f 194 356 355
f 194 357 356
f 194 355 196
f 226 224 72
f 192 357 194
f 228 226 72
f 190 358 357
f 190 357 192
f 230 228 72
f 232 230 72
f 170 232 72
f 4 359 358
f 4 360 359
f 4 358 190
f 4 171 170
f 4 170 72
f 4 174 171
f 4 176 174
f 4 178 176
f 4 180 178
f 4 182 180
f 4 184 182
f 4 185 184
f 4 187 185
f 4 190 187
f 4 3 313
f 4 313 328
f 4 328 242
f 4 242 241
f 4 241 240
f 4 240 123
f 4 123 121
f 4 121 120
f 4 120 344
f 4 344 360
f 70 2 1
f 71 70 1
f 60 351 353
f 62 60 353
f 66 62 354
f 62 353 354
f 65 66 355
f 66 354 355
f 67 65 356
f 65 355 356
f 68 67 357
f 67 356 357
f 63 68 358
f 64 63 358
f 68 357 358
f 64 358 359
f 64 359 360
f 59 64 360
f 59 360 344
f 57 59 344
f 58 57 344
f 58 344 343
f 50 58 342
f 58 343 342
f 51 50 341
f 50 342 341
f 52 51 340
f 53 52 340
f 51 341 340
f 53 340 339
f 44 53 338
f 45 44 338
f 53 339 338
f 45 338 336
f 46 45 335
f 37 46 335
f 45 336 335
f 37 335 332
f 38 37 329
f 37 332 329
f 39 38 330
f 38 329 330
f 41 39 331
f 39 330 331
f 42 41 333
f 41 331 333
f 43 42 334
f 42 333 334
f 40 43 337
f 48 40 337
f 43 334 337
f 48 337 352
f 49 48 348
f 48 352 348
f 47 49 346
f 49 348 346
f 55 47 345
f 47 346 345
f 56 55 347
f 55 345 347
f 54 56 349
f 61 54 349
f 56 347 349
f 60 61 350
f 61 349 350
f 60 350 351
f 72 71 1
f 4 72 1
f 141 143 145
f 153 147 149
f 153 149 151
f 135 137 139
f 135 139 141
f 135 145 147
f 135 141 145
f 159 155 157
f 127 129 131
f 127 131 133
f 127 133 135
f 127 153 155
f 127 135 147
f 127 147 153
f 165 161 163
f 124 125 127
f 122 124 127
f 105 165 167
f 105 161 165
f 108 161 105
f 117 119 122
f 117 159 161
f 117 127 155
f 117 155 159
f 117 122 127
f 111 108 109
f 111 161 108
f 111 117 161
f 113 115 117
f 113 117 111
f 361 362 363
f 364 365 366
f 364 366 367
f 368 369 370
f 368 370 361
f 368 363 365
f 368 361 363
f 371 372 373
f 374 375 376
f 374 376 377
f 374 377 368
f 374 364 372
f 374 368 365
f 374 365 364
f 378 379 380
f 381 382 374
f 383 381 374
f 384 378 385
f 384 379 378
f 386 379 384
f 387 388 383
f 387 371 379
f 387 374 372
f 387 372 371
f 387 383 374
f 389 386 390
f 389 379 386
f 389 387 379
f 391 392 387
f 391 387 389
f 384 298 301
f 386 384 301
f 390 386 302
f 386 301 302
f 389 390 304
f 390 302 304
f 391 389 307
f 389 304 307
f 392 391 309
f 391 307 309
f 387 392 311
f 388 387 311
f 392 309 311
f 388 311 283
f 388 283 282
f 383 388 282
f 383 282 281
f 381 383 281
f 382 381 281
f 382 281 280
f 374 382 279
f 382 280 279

-----

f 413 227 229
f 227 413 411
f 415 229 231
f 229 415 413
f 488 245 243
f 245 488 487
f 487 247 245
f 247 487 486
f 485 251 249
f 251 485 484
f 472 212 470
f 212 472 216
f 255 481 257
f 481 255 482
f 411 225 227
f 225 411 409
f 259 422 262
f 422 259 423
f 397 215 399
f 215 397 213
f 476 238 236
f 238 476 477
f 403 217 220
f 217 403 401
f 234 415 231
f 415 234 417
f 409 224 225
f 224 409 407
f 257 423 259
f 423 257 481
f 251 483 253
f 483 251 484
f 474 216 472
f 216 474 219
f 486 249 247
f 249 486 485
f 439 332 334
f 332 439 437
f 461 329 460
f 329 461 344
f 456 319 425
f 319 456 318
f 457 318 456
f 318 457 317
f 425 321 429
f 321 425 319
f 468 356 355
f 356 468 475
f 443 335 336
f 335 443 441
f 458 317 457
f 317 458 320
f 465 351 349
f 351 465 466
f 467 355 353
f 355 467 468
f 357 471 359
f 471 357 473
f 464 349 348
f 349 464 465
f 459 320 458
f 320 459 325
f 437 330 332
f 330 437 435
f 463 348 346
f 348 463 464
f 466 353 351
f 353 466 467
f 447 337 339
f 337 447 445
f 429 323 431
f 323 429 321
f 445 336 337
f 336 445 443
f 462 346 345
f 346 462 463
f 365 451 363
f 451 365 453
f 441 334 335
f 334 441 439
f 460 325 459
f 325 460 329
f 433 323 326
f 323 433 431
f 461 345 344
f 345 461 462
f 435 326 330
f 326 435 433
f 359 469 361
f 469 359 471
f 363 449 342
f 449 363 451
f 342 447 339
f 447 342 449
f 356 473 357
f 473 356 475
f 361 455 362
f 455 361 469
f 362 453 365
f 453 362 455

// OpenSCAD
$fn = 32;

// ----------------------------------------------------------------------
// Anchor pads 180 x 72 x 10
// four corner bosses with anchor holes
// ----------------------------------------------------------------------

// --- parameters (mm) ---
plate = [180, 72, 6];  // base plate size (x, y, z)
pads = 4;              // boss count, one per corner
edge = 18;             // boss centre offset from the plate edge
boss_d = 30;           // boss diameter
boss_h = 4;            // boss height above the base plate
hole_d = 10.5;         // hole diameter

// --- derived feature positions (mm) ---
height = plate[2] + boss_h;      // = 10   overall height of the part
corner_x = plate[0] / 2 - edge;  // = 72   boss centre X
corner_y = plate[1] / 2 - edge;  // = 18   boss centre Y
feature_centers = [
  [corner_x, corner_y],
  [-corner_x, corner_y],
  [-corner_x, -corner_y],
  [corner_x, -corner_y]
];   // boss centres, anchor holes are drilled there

-----

*What is required*:
Within the listing above, give again exactly every line from the line with "f 51 50 341" through the line with "f 47 49 346", both included, and no other line.

*Exercise answer*:
f 51 50 341
f 50 342 341
f 52 51 340
f 53 52 340
f 51 341 340
f 53 340 339
f 44 53 338
f 45 44 338
f 53 339 338
f 45 338 336
f 46 45 335
f 37 46 335
f 45 336 335
f 37 335 332
f 38 37 329
f 37 332 329
f 39 38 330
f 38 329 330
f 41 39 331
f 39 330 331
f 42 41 333
f 41 331 333
f 43 42 334
f 42 333 334
f 40 43 337
f 48 40 337
f 43 334 337
f 48 337 352
f 49 48 348
f 48 352 348
f 47 49 346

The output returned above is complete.